I stopped post child and also with the lack of balance. You have to match the energy.

GingerIsBest · 26/01/2024 16:25

I like hosting and overall, I think DH and I have a reputation of being good hosts. I think part of it is that we genuinely want people to have a good time and try to do things that we think would make people comfortable. I know that even though our home is smaller and has less luxuries than either my sister or sister in law's, both of our mothers feel more comfortable at our house because we're generally very accommodating.

I think also that you need to be prepared to put a bit of work in. Our house is generally fairly clean and tidy but there's usually some prep work to be done before people come over. We divide and conquer so Dh handles that part and I handle food prep and thinking.

Definitely not the time for new recipes - you want things you know you can do easily and well without too much stress. Also, I always try to make food where I can do the bulk of the prep in advance. You don't want to be individually frying fillets of fish for 8 people.

I think presentation is also important - I don't mean fancy place settings etc, but a simple meal, presented well, feels special. I like to do things I can place on platters or in big bowls in the middle of the table for example.

Always buy more booze than you think you'll need. It's not like it will go off and that way you have options.

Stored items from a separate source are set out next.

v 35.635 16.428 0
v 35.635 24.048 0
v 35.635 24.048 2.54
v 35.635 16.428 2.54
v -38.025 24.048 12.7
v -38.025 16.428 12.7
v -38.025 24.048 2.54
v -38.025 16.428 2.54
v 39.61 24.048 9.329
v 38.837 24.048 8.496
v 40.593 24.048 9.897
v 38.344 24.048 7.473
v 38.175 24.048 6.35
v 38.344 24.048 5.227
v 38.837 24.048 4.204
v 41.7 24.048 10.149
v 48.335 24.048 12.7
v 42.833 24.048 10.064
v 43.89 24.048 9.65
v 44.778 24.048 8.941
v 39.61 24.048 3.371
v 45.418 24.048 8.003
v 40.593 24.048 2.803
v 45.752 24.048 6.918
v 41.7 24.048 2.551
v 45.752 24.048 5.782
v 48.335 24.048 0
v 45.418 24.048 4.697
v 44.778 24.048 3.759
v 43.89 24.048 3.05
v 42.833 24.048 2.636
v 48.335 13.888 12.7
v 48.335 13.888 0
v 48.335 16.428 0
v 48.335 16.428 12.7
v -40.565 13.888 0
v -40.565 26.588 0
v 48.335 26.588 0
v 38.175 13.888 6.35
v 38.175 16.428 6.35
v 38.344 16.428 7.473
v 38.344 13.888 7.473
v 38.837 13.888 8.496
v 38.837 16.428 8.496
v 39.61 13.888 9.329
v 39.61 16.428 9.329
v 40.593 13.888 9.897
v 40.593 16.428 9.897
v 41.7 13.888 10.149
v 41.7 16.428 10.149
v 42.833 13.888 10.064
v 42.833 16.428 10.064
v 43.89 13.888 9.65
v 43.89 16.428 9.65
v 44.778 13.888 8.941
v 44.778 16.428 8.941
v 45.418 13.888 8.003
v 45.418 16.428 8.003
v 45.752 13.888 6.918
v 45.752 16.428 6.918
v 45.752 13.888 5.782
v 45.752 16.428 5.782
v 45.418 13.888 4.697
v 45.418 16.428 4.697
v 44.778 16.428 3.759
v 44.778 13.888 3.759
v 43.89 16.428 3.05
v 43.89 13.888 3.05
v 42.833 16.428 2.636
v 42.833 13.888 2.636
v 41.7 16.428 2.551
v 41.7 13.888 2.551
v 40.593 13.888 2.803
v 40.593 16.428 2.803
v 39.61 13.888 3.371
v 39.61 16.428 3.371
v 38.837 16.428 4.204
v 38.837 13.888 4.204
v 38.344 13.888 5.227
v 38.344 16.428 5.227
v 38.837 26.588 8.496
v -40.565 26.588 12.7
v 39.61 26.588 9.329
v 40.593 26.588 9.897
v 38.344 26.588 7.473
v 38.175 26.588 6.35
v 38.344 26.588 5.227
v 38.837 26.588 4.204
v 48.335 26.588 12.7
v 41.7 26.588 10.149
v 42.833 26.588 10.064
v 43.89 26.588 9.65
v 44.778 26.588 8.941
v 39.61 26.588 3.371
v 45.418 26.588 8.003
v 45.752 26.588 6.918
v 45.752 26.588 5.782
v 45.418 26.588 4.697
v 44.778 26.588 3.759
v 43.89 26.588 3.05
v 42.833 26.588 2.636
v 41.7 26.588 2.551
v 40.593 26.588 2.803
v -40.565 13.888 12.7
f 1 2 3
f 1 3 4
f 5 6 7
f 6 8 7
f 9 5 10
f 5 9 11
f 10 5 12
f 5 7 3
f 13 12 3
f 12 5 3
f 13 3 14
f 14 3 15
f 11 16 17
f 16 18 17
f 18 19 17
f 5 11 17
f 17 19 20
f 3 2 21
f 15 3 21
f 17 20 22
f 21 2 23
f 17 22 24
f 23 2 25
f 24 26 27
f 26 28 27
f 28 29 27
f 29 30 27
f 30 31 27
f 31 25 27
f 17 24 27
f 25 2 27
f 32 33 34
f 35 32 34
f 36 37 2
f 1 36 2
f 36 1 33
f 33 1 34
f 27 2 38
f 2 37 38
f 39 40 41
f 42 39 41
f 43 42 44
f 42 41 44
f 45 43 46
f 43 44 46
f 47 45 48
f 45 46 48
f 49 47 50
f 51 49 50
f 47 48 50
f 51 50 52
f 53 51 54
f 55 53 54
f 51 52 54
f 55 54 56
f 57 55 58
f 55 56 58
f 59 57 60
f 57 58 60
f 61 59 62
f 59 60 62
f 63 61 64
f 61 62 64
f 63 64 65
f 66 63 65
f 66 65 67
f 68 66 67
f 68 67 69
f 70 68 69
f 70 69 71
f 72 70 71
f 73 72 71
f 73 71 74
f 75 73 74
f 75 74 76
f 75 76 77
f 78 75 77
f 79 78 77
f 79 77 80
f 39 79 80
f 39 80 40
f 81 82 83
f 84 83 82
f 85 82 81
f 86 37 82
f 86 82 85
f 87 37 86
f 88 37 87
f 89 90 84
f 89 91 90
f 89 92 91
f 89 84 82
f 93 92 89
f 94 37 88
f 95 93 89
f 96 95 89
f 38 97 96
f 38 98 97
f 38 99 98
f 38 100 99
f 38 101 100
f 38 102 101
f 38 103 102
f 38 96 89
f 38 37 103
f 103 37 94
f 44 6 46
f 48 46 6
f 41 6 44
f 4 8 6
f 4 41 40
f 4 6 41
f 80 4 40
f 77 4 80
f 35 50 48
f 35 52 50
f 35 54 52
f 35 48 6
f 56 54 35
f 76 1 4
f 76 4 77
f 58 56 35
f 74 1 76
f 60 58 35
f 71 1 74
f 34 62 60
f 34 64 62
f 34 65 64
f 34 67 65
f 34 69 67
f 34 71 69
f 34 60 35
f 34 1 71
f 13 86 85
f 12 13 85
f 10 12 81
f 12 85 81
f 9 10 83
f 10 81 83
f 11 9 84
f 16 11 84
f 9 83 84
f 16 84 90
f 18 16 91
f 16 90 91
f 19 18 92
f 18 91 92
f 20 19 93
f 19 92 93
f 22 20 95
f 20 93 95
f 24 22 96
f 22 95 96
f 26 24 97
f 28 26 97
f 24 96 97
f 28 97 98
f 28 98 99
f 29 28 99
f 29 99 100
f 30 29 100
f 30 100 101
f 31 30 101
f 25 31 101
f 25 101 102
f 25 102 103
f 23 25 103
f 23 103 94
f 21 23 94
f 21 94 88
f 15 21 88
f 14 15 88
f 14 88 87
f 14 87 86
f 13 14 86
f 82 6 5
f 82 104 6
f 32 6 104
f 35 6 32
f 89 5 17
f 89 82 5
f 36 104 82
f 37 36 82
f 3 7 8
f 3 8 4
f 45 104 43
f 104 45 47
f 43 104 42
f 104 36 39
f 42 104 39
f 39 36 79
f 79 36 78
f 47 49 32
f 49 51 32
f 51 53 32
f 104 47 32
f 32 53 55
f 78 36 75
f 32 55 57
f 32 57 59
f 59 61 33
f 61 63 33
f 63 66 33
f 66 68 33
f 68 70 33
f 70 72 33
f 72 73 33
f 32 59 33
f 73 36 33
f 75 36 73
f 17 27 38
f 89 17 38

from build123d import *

# Parameters (mm, degrees)
F0_W     = 88.9
F0_H     = 12.7
F1_DEPTH = 12.7
F2_W     = 83.82
F2_H     = 7.62
F3_DEPTH = 10.16
F4_T     = -2.54
F5_W     = 12.7
F5_H     = 7.62
F6_DEPTH = 25.4
F7_R     = 3.81
F8_DEPTH = 25.4


with BuildPart() as f1:
    # F0 (on Top) → F1 (new body)
    with BuildSketch(Plane.XY):
        with Locations((3.885043, 20.237593)):
            Rectangle(F0_W, F0_H)
    extrude(amount=F1_DEPTH)

    # F2 (on face) → F3 (join)
    with BuildSketch(Plane.XY.offset(12.7)):
        with Locations((3.885043, 20.237593)):
            Rectangle(F2_W, F2_H)
    extrude(amount=-F3_DEPTH)

    # F4
    f4_openings = [f1.faces().sort_by_distance(p)[0] for p in [
        (3.885043, 20.237593, 12.7),
    ]]
    offset(amount=F4_T, openings=f4_openings)

    # F5 (on face) → F6 (cut)
    with BuildSketch(Plane(origin=(0, 0, 0), x_dir=(1, 0, 0), z_dir=(0, 0, -1))):
        with Locations((41.985043, -20.237593)):
            Rectangle(F5_W, F5_H)
    extrude(amount=-F6_DEPTH, mode=Mode.SUBTRACT)

    # F7 (on face) → F8 (cut)
    with BuildSketch(Plane(origin=(0, 26.587593, 0), x_dir=(-1, 0, 0), z_dir=(0, 1, 0))):
        with Locations((-41.985043, 6.35)):
            Circle(F7_R)
    extrude(amount=-F8_DEPTH, mode=Mode.SUBTRACT)


solid = f1.part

diefledermaus · 26/01/2024 16:27

I love to host because I absolutely love planning meals to cook for people I love. The Cooking itself gives me a lot of pleasure too. Also we recently moved to a house that I'm proud of so that's a nice bonus to have people in your space.

GingerIsBest · 26/01/2024 16:29

Oh, and someone I know who is a brilliant host, if she's doing something a bit bigger and it's a mixed group, always has something at the start to create a bit of a vibe so there isn't awkward standing around. Something minor usually - might be a couple of jugs of some cocktails or (when we were all younger and dumber - a tray of shots on arrival). Or she'll have a tray of hot canapés and get someone passing those around right up front. Or with kids around, she was great about setting up some kind of games area for the kids, or a bouncy castle or something so she'd sort of direct everyone to that on arrival which would give the adults a chance to feel like they're getting their kids settled, check the lay of the land etc, before they fully leapt into things.

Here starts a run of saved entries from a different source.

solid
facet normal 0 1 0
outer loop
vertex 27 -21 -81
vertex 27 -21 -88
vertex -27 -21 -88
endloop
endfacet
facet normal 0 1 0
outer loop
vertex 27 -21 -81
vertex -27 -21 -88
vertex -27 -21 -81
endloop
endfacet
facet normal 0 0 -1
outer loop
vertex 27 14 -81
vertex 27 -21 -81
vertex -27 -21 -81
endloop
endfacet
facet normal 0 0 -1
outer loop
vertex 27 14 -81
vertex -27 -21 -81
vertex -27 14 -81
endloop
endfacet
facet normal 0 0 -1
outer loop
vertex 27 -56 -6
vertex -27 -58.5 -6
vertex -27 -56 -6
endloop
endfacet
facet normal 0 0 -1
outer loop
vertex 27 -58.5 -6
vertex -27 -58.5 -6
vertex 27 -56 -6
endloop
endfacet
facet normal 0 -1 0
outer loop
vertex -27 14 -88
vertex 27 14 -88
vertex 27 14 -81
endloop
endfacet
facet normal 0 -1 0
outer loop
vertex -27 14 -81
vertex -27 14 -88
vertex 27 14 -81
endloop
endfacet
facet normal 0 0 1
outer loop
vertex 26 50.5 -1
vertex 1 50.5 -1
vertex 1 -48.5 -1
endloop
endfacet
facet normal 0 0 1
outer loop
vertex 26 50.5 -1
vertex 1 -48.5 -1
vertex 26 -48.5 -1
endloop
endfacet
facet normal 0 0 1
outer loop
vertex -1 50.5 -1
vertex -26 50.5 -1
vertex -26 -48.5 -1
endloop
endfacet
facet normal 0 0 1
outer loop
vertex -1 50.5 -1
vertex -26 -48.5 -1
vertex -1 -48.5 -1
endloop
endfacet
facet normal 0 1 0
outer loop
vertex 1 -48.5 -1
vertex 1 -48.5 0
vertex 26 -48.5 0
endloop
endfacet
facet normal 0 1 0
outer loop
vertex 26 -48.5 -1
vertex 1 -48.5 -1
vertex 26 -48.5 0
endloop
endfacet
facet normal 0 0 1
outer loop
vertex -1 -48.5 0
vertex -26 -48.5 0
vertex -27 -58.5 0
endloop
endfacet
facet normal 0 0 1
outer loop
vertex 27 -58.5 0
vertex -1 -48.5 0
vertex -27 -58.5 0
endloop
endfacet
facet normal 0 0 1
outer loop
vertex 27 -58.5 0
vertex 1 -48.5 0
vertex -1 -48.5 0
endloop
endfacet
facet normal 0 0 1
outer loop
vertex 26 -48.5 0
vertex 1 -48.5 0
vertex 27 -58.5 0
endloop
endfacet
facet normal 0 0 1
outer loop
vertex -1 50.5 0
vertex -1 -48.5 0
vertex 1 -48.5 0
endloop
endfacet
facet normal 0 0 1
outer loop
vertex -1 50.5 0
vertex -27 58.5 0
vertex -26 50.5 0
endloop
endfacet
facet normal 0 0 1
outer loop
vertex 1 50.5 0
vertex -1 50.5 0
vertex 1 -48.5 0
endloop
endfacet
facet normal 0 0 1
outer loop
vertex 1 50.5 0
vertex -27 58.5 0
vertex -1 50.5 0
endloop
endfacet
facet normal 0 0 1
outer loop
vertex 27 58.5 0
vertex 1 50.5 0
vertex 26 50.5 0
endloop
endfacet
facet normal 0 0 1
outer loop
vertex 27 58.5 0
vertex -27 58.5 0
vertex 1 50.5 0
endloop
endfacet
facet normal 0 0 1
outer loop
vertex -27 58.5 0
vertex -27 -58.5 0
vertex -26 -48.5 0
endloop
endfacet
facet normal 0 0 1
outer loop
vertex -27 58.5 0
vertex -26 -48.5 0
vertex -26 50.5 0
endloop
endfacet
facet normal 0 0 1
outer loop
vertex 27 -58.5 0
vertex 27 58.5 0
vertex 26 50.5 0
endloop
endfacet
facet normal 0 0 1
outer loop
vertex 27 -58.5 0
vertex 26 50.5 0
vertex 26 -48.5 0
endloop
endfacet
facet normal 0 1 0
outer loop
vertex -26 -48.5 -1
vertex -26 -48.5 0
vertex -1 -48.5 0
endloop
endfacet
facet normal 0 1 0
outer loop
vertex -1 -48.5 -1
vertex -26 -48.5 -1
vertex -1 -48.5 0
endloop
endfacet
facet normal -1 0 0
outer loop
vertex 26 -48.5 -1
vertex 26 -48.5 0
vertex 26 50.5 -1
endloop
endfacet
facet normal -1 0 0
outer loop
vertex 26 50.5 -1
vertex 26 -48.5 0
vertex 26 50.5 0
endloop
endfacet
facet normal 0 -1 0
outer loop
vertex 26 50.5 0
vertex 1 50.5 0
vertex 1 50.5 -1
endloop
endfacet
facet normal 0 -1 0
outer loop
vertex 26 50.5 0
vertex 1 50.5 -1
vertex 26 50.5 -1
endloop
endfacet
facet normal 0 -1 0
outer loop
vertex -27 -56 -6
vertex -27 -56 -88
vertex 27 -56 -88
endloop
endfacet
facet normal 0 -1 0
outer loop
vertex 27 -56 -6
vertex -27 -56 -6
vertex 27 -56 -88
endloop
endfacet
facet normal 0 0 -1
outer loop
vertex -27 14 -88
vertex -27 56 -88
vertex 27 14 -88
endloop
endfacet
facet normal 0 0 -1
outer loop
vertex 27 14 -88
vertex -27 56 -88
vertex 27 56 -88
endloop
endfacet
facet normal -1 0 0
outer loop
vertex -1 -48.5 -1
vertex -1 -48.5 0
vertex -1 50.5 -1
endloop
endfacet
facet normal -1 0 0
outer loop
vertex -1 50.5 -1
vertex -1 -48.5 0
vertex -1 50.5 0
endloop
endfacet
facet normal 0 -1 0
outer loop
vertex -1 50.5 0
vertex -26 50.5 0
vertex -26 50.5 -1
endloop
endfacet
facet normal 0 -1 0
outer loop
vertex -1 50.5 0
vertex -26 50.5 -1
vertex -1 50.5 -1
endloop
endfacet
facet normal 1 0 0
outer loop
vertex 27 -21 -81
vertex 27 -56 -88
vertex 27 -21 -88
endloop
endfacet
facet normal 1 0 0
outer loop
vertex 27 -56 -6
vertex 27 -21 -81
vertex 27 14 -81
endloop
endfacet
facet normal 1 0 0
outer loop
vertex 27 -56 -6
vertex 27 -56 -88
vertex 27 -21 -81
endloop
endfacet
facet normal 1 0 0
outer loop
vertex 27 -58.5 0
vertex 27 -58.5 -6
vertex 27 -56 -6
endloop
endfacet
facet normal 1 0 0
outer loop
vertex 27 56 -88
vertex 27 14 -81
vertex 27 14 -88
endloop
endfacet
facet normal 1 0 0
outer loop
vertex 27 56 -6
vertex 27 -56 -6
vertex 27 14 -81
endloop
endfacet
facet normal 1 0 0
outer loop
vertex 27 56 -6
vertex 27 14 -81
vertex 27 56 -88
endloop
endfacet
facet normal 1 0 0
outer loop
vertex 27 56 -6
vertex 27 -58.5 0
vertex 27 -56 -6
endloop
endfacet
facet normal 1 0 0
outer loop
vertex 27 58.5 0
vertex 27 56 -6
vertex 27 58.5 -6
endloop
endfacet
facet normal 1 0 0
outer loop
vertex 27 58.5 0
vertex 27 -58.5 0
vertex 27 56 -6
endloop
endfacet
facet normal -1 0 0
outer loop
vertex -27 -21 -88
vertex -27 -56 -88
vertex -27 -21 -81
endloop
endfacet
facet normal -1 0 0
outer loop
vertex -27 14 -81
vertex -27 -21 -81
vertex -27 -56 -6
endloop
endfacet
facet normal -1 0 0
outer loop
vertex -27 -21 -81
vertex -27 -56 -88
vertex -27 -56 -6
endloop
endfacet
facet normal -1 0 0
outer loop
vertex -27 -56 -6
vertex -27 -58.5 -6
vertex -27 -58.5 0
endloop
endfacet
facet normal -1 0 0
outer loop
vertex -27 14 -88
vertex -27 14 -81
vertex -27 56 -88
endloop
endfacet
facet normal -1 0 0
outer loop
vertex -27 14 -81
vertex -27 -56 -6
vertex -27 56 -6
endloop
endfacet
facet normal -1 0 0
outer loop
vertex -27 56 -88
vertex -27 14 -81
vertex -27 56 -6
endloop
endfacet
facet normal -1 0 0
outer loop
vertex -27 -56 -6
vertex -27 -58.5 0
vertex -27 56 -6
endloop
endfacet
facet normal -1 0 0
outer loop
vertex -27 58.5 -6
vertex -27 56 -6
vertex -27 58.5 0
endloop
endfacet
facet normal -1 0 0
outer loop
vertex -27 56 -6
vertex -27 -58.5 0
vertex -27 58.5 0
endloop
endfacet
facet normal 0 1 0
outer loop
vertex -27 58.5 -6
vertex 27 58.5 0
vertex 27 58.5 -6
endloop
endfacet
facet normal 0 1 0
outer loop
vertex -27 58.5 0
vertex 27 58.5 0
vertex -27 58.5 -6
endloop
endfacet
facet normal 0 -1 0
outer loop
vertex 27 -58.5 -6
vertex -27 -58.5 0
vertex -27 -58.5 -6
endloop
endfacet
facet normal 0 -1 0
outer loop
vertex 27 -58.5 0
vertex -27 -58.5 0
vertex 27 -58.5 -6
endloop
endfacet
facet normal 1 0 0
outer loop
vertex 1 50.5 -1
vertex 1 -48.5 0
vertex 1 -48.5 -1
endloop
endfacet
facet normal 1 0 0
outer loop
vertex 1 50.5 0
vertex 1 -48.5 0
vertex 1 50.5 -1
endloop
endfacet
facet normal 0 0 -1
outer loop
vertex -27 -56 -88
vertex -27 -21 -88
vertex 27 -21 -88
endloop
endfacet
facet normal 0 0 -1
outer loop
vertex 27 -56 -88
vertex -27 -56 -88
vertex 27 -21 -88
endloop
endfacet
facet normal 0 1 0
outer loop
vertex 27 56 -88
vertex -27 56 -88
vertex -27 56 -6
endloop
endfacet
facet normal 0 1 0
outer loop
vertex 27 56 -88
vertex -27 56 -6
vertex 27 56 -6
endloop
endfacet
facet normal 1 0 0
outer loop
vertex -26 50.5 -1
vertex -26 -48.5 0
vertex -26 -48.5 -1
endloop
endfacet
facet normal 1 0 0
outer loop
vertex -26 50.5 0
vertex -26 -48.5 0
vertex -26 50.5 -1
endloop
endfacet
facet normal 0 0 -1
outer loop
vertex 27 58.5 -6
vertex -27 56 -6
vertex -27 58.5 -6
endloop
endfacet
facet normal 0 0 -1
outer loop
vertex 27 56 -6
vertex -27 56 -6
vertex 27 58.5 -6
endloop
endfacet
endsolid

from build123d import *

# Parameters (mm, degrees)
F0_W     = 27
F0_H     = 117
F0_W_2   = 25
F0_H_2   = 99
F1_DEPTH = 88
F2_DEPTH = 1
F3_W     = 54
F3_H     = 2.5
F4_DEPTH = 82
F5_W     = 35
F5_H     = 7
F6_DEPTH = 54


with BuildPart() as f1:
    # F0 (on Top) → F1 (new body)
    with BuildSketch(Plane.XY):
        with Locations((-13.5, 0)):
            Rectangle(F0_W, F0_H)
        with Locations((-13.5, 1)):
            Rectangle(F0_W_2, F0_H_2, mode=Mode.SUBTRACT)
        with Locations((13.5, 0)):
            Rectangle(F0_W, F0_H)
        with Locations((13.5, 1)):
            Rectangle(F0_W_2, F0_H_2, mode=Mode.SUBTRACT)
        with Locations((-13.5, 1)):
            Rectangle(F0_W_2, F0_H_2)
        with Locations((13.5, 1)):
            Rectangle(F0_W_2, F0_H_2)
    extrude(amount=-F1_DEPTH)

    # F0 (on Top) → F2 (cut)
    with BuildSketch(Plane.XY):
        with Locations((-13.5, 1)):
            Rectangle(F0_W_2, F0_H_2)
        with Locations((13.5, 1)):
            Rectangle(F0_W_2, F0_H_2)
    extrude(amount=-F2_DEPTH, mode=Mode.SUBTRACT)

    # F3 (on face) → F4 (cut)
    with BuildSketch(Plane(origin=(0, 0, -88), x_dir=(1, 0, 0), z_dir=(0, 0, -1))):
        with Locations((0, 57.25)):
            Rectangle(F3_W, F3_H)
        with Locations((0, -57.25)):
            Rectangle(F3_W, F3_H)
    extrude(amount=-F4_DEPTH, mode=Mode.SUBTRACT)

    # F5 (on face) → F6 (cut, through all)
    with BuildSketch(Plane.YZ.offset(27)):
        with Locations((-3.5, -84.5)):
            Rectangle(F5_W, F5_H)
    extrude(amount=-F6_DEPTH, mode=Mode.SUBTRACT)


solid = f1.part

She told me once that she realised early on that it's the first 15 minutes that set the tone so a warm welcome, clear guidance on something to DO (even if it's just marvel at the crazy cocktail) really helps to settle people who are shy or a bit anxious.

letsbepositive2024 · 27/01/2024 09:01

Thanks everyone, and some good advice.

I think ultimately it's always in my head that I want the evening to be over quickly so I can relax, and that's not good.